• _Problem requirements_
Give again, word for word, every line in the entries below from the line with "v 1148.164 -710.597 25.545" up to and including the line with "v 1158.778 -205.839 25.545", and no other line.

Records from a data source:
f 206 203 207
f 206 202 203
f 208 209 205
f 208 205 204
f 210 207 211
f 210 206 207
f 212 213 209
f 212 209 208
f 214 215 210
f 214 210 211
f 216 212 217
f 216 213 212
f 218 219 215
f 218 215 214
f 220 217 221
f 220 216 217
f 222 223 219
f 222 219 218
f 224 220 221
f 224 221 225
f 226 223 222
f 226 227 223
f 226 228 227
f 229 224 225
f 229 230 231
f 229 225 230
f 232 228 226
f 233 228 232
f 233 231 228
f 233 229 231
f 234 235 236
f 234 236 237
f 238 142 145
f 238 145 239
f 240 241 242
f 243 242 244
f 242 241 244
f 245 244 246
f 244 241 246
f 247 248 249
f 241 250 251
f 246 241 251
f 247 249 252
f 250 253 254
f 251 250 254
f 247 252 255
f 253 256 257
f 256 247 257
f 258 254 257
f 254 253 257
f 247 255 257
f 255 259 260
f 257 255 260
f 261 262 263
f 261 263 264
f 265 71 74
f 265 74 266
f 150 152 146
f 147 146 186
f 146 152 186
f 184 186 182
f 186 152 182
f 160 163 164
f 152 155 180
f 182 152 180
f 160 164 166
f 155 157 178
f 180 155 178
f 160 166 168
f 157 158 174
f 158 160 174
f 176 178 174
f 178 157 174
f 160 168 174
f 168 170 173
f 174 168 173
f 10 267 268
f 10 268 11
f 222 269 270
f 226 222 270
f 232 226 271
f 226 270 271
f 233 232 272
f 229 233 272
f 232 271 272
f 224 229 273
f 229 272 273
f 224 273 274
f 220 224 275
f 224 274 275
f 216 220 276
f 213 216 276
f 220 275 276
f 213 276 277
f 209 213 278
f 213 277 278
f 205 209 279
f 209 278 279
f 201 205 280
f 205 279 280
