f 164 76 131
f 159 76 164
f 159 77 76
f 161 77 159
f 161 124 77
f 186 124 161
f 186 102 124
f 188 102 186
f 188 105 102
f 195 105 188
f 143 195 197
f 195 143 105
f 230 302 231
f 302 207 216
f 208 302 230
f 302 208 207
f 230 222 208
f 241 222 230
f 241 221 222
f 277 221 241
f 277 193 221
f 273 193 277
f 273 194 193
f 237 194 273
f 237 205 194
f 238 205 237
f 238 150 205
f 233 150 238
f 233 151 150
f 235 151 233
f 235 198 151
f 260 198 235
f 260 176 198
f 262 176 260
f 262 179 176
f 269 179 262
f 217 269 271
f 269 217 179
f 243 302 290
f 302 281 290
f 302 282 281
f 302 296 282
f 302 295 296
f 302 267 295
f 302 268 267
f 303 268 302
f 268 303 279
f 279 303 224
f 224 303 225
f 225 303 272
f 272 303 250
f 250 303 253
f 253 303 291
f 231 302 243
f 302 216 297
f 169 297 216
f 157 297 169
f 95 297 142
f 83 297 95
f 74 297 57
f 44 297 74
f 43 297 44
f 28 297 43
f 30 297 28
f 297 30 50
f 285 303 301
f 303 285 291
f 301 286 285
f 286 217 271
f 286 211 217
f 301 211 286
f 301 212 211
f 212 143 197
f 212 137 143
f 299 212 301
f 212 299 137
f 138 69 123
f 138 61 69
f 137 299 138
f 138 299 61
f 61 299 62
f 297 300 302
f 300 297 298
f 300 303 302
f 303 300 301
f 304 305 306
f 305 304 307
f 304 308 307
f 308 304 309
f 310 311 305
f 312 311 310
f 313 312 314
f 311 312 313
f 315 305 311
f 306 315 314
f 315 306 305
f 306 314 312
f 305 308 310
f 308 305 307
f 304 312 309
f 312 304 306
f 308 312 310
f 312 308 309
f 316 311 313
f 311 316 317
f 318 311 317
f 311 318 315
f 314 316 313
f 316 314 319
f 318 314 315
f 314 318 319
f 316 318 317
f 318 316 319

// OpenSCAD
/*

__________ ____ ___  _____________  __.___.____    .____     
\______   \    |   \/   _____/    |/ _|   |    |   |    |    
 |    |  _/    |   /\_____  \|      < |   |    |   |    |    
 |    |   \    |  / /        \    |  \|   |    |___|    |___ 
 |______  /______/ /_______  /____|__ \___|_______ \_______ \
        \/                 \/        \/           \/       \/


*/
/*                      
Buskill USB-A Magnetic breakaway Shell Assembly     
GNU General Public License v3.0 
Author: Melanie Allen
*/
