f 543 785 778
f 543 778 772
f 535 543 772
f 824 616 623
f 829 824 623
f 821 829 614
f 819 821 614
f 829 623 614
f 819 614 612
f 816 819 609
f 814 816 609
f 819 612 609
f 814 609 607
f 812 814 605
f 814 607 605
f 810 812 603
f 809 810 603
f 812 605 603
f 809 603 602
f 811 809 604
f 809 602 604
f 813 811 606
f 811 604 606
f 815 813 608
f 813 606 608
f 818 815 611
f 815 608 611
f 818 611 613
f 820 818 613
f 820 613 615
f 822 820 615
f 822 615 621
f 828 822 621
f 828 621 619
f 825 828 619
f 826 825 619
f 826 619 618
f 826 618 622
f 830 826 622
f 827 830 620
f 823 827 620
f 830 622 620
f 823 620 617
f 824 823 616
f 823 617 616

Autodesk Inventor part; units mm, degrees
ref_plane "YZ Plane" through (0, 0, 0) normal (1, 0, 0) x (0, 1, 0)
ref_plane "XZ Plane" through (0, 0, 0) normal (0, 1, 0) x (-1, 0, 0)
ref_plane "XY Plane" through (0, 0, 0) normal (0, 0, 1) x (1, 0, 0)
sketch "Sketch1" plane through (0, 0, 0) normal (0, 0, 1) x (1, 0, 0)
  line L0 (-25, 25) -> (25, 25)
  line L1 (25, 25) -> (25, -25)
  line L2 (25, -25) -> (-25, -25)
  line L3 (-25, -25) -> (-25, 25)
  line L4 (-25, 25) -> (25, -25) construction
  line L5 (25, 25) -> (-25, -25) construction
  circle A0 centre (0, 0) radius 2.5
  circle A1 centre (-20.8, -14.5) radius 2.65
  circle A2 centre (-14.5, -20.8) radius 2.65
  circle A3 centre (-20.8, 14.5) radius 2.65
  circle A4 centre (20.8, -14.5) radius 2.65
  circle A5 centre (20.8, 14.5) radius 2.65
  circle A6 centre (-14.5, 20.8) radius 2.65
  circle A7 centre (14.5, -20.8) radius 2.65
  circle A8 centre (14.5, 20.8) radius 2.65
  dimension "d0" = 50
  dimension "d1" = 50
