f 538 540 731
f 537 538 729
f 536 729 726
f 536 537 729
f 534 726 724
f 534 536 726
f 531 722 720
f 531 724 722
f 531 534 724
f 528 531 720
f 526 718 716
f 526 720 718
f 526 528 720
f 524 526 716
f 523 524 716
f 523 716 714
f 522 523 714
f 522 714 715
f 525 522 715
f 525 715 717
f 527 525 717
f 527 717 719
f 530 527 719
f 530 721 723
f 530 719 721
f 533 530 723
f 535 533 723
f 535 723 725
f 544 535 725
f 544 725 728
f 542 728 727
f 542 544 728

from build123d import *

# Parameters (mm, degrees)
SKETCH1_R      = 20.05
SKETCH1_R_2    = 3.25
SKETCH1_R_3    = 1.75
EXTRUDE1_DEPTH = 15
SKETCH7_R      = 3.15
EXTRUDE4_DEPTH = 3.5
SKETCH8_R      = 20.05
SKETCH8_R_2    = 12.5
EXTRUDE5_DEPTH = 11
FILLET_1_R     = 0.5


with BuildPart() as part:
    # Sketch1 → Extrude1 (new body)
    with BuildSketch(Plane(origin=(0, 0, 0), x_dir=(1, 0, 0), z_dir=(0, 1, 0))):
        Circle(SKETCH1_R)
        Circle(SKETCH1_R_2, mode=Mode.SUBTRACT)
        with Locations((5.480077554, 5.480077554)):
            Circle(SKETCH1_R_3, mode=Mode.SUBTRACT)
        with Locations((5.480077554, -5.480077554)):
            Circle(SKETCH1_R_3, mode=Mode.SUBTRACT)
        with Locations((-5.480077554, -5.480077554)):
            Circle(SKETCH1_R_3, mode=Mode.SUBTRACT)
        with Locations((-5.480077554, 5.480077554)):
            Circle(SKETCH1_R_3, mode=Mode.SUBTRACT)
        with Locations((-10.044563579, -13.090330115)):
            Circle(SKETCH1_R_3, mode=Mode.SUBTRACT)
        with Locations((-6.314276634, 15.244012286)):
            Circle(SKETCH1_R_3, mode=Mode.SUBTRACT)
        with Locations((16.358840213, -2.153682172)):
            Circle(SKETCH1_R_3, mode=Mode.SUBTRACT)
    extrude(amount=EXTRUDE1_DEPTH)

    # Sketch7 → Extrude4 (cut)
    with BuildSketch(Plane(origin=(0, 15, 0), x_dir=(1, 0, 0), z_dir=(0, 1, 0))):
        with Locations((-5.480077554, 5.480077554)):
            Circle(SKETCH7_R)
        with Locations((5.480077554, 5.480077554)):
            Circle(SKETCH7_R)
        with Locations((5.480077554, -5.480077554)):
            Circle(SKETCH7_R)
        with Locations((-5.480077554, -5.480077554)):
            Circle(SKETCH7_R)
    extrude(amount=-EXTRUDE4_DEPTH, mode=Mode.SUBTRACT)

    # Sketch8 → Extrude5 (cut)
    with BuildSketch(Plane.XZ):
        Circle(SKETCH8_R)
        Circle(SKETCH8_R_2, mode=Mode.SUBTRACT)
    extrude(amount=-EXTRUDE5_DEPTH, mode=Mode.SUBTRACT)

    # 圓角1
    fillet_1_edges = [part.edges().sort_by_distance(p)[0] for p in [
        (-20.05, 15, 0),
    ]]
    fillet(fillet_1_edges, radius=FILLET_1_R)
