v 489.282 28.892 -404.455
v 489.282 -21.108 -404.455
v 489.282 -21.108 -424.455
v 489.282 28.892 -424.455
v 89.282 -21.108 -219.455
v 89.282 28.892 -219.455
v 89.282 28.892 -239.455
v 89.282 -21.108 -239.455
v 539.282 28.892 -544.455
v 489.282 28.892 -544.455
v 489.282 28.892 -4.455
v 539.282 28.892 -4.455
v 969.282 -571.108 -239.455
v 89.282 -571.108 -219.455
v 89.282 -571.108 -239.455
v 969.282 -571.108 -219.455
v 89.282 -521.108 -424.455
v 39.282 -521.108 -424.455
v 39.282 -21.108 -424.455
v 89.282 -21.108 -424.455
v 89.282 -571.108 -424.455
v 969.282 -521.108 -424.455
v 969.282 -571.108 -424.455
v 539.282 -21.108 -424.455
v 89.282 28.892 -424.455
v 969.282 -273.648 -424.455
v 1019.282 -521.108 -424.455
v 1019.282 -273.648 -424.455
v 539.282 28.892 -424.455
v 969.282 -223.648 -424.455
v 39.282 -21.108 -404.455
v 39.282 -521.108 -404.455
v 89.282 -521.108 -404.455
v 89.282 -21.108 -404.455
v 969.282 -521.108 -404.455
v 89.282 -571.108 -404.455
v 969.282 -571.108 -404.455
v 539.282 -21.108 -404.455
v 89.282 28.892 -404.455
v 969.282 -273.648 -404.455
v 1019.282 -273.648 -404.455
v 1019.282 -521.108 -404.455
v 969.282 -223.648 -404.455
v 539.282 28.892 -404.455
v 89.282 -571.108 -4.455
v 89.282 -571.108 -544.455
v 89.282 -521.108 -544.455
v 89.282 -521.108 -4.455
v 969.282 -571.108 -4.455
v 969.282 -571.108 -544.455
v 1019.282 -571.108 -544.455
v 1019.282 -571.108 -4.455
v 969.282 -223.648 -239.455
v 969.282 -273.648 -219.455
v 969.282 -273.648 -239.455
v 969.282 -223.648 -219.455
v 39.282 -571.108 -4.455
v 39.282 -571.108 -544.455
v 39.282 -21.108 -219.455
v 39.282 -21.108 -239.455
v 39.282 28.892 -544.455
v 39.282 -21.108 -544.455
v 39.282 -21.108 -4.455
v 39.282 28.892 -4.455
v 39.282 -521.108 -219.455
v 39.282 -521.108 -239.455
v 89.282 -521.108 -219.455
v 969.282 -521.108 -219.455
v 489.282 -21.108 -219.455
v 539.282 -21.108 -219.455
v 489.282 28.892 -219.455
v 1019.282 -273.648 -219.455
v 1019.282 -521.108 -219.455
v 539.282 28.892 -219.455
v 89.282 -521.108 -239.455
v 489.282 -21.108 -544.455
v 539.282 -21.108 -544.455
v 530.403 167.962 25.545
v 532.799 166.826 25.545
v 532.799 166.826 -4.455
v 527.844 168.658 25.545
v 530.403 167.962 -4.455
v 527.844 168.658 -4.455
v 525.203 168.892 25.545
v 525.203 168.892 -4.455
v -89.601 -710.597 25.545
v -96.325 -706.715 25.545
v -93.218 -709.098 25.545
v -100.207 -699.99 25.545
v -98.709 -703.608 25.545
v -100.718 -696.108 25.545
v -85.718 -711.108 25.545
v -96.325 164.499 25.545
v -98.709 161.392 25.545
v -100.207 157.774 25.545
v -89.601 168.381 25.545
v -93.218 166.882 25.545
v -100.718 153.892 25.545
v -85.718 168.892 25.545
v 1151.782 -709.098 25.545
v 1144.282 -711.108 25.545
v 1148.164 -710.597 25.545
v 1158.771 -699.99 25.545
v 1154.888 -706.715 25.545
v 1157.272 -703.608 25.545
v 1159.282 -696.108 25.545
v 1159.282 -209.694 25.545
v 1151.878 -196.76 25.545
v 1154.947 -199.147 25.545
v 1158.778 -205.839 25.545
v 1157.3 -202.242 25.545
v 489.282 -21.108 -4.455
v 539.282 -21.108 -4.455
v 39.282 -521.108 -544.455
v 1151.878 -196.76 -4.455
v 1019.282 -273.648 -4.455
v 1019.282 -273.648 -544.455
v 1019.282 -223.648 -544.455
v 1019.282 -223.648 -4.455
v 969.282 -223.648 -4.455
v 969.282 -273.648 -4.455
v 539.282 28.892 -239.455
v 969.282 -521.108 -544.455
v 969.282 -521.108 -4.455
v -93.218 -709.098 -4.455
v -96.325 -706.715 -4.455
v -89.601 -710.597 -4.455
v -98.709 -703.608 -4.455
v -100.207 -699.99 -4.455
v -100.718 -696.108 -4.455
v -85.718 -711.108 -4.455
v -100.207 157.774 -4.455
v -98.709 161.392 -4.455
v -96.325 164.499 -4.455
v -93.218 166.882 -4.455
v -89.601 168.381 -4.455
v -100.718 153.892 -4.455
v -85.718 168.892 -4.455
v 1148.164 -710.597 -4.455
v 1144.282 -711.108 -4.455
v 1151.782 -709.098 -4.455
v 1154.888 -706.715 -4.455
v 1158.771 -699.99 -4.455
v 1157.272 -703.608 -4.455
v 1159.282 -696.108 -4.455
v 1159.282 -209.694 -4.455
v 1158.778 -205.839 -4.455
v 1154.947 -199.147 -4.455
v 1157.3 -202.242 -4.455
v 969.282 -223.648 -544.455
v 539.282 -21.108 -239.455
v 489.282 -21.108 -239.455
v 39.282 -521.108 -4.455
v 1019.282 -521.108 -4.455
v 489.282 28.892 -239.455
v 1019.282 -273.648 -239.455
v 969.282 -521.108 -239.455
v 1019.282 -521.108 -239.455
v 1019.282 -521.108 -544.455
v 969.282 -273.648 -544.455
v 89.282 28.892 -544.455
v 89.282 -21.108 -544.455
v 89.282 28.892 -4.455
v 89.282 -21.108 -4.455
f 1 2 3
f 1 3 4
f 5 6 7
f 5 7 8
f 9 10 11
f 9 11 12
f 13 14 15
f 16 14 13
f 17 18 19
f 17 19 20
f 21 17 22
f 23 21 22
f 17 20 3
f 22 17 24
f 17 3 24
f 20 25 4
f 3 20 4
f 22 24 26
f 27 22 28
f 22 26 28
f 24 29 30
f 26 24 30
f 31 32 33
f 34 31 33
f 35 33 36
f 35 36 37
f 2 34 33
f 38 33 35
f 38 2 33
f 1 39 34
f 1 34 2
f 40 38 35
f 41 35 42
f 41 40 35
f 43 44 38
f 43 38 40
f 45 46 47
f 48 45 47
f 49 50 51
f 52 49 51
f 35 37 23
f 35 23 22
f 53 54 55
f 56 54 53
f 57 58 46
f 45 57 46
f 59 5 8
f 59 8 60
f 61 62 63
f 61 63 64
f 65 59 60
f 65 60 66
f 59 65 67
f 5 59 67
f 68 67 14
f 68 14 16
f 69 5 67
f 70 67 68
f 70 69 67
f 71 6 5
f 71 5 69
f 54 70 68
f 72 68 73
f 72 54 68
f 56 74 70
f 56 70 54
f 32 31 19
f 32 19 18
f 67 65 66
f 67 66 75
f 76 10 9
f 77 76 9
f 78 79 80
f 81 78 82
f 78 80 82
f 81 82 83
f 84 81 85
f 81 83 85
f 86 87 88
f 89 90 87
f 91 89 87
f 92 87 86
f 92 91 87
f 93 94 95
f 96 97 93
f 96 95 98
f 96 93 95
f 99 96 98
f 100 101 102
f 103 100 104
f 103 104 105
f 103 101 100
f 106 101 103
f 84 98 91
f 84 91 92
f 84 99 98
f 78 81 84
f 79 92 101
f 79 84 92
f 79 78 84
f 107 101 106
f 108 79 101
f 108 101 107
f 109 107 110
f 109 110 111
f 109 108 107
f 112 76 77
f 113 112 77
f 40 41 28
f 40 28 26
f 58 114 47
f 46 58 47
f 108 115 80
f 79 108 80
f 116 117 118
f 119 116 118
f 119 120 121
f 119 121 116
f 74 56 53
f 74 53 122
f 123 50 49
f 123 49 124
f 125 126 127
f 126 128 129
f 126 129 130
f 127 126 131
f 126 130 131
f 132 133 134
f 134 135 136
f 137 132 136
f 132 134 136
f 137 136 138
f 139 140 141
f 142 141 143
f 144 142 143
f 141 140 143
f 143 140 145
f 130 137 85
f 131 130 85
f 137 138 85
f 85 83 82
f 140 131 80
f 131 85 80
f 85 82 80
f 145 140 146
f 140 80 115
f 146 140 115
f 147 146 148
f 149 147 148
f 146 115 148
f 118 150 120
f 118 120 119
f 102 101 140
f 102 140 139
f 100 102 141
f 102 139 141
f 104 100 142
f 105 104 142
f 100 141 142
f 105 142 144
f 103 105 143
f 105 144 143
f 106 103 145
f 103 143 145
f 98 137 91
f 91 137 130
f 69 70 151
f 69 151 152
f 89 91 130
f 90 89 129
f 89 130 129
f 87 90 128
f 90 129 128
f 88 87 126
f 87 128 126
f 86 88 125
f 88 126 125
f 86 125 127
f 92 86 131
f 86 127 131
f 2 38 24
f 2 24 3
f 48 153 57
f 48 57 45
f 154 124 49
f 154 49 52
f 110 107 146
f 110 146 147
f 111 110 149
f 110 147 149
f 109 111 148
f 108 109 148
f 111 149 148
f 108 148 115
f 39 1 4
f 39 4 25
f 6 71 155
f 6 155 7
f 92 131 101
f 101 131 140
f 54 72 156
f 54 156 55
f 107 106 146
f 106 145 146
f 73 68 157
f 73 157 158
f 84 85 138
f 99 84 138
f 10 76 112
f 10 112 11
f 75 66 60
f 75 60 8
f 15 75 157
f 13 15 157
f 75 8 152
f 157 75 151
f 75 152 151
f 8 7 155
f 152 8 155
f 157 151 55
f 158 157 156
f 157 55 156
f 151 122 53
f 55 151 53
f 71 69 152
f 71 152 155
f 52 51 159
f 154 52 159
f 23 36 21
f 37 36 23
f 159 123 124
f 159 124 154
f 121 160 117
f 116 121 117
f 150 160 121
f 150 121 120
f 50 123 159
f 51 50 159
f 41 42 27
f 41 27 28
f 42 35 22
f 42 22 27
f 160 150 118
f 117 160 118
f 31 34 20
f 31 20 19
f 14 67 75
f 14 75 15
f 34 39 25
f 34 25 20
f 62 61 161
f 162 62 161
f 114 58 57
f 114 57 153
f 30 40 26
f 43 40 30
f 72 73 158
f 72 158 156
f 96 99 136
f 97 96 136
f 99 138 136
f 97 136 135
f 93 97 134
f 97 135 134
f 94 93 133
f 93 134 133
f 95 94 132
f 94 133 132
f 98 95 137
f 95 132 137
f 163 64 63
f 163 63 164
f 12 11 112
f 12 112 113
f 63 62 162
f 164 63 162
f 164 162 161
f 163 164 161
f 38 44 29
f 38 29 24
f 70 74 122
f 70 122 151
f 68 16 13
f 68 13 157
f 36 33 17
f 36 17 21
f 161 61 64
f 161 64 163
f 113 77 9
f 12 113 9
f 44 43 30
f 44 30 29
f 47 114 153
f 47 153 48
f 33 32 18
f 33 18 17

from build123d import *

# Parameters (mm, degrees)
F2_START      = -4.4552753679
F0_W          = 50
F0_H          = 50
F2_DEPTH      = 540
F3_DEPTH      = 4.4552753679
F3_DEPTH_BACK = 25.5447246321
F4_START      = -404.4552753679
F4_DEPTH      = 20
F5_START      = -219.4552753679
F5_DEPTH      = 20


with BuildPart() as f2:
    # F0 (on Top) → F2 (new body)
    with BuildSketch(Plane.XY.offset(F2_START)):
        with Locations((64.2817475274, -546.1079187691)):
            Rectangle(F0_W, F0_H)
    extrude(amount=-F2_DEPTH)


with BuildPart() as f2b:
    # F0 (on Top) → F2, piece 2 (new body)
    with BuildSketch(Plane.XY.offset(F2_START)):
        with Locations((994.2817475274, -546.1079187691)):
            Rectangle(F0_W, F0_H)
    extrude(amount=-F2_DEPTH)


with BuildPart() as f2c:
    # F0 (on Top) → F2, piece 3 (new body)
    with BuildSketch(Plane.XY.offset(F2_START)):
        with Locations((994.2817475274, -248.6476013088)):
            Rectangle(F0_W, F0_H)
    extrude(amount=-F2_DEPTH)


with BuildPart() as f2d:
    # F0 (on Top) → F2, piece 4 (new body)
    with BuildSketch(Plane.XY.offset(F2_START)):
        with Locations((514.2817475274, 3.8920812309)):
            Rectangle(F0_W, F0_H)
    extrude(amount=-F2_DEPTH)


with BuildPart() as f2e:
    # F0 (on Top) → F2, piece 5 (new body)
    with BuildSketch(Plane.XY.offset(F2_START)):
        with Locations((64.2817475274, 3.8920812309)):
            Rectangle(F0_W, F0_H)
    extrude(amount=-F2_DEPTH)


with BuildPart() as f3:
    # F0 (on Top) → F3 (new body, two sides)
    with BuildSketch(Plane.XY) as f3_sk:
        with BuildLine():
            Line((525.2027132718, 168.8920812309), (-85.7182524726, 168.8920812309))
            ThreePointArc((-85.7182524726, 168.8920812309), (-96.3248541904, 164.4986829487), (-100.7182524726, 153.8920812309))
            Line((-100.7182524726, 153.8920812309), (-100.7182524726, -696.1079187691))
            ThreePointArc((-100.7182524726, -696.1079187691), (-96.3248541904, -706.7145204869), (-85.7182524726, -711.1079187691))
            Line((-85.7182524726, -711.1079187691), (1144.2817475274, -711.1079187691))
            ThreePointArc((1144.2817475274, -711.1079187691), (1154.8883492452, -706.7145204869), (1159.2817475274, -696.1079187691))
            Line((1159.2817475274, -696.1079187691), (1159.2817475274, -209.6940182526))
            ThreePointArc((1159.2817475274, -209.6940182526), (1157.2999063312, -202.2423378139), (1151.8780753461, -196.7597303451))
            Line((1151.8780753461, -196.7597303451), (532.7990410905, 166.8263691383))
            ThreePointArc((532.7990410905, 166.8263691383), (529.1388078711, 168.366443369), (525.2027132718, 168.8920812309))
        make_face()
        Polygon((39.2817475274, -21.1079187691), (39.2817475274, 28.8920812309), (89.2817475274, 28.8920812309), (489.2817475274, 28.8920812309), (539.2817475274, 28.8920812309), (969.2817475274, -223.6476013088), (1019.2817475274, -223.6476013088), (1019.2817475274, -273.6476013088), (1019.2817475274, -521.1079187691), (1019.2817475274, -571.1079187691), (969.2817475274, -571.1079187691), (89.2817475274, -571.1079187691), (39.2817475274, -571.1079187691), (39.2817475274, -521.1079187691), align=None, mode=Mode.SUBTRACT)
        Polygon((489.2817475274, 28.8920812309), (89.2817475274, 28.8920812309), (89.2817475274, -21.1079187691), (39.2817475274, -21.1079187691), (39.2817475274, -521.1079187691), (89.2817475274, -521.1079187691), (89.2817475274, -571.1079187691), (969.2817475274, -571.1079187691), (969.2817475274, -521.1079187691), (1019.2817475274, -521.1079187691), (1019.2817475274, -273.6476013088), (969.2817475274, -273.6476013088), (969.2817475274, -223.6476013088), (539.2817475274, 28.8920812309), (539.2817475274, -21.1079187691), (489.2817475274, -21.1079187691), align=None)
        with Locations((64.2817475274, -546.1079187691)):
            Rectangle(F0_W, F0_H)
        with Locations((994.2817475274, -546.1079187691)):
            Rectangle(F0_W, F0_H)
        with Locations((994.2817475274, -248.6476013088)):
            Rectangle(F0_W, F0_H)
        with Locations((514.2817475274, 3.8920812309)):
            Rectangle(F0_W, F0_H)
        with Locations((64.2817475274, 3.8920812309)):
            Rectangle(F0_W, F0_H)
    extrude(amount=-F3_DEPTH)
    extrude(f3_sk.sketch, amount=F3_DEPTH_BACK)


with BuildPart() as f4:
    # F0 (on Top) → F4 (new body)
    with BuildSketch(Plane.XY.offset(F4_START)):
        Polygon((489.2817475274, 28.8920812309), (89.2817475274, 28.8920812309), (89.2817475274, -21.1079187691), (39.2817475274, -21.1079187691), (39.2817475274, -521.1079187691), (89.2817475274, -521.1079187691), (89.2817475274, -571.1079187691), (969.2817475274, -571.1079187691), (969.2817475274, -521.1079187691), (1019.2817475274, -521.1079187691), (1019.2817475274, -273.6476013088), (969.2817475274, -273.6476013088), (969.2817475274, -223.6476013088), (539.2817475274, 28.8920812309), (539.2817475274, -21.1079187691), (489.2817475274, -21.1079187691), align=None)
    extrude(amount=-F4_DEPTH)


with BuildPart() as f5:
    # F0 (on Top) → F5 (new body)
    with BuildSketch(Plane.XY.offset(F5_START)):
        Polygon((489.2817475274, 28.8920812309), (89.2817475274, 28.8920812309), (89.2817475274, -21.1079187691), (39.2817475274, -21.1079187691), (39.2817475274, -521.1079187691), (89.2817475274, -521.1079187691), (89.2817475274, -571.1079187691), (969.2817475274, -571.1079187691), (969.2817475274, -521.1079187691), (1019.2817475274, -521.1079187691), (1019.2817475274, -273.6476013088), (969.2817475274, -273.6476013088), (969.2817475274, -223.6476013088), (539.2817475274, 28.8920812309), (539.2817475274, -21.1079187691), (489.2817475274, -21.1079187691), align=None)
    extrude(amount=-F5_DEPTH)


solid = Compound([f2.part, f2b.part, f2c.part, f2d.part, f2e.part, f3.part, f4.part, f5.part])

• _Expected answer_
v 1148.164 -710.597 25.545
v 1158.771 -699.99 25.545
v 1154.888 -706.715 25.545
v 1157.272 -703.608 25.545
v 1159.282 -696.108 25.545
v 1159.282 -209.694 25.545
v 1151.878 -196.76 25.545
v 1154.947 -199.147 25.545
v 1158.778 -205.839 25.545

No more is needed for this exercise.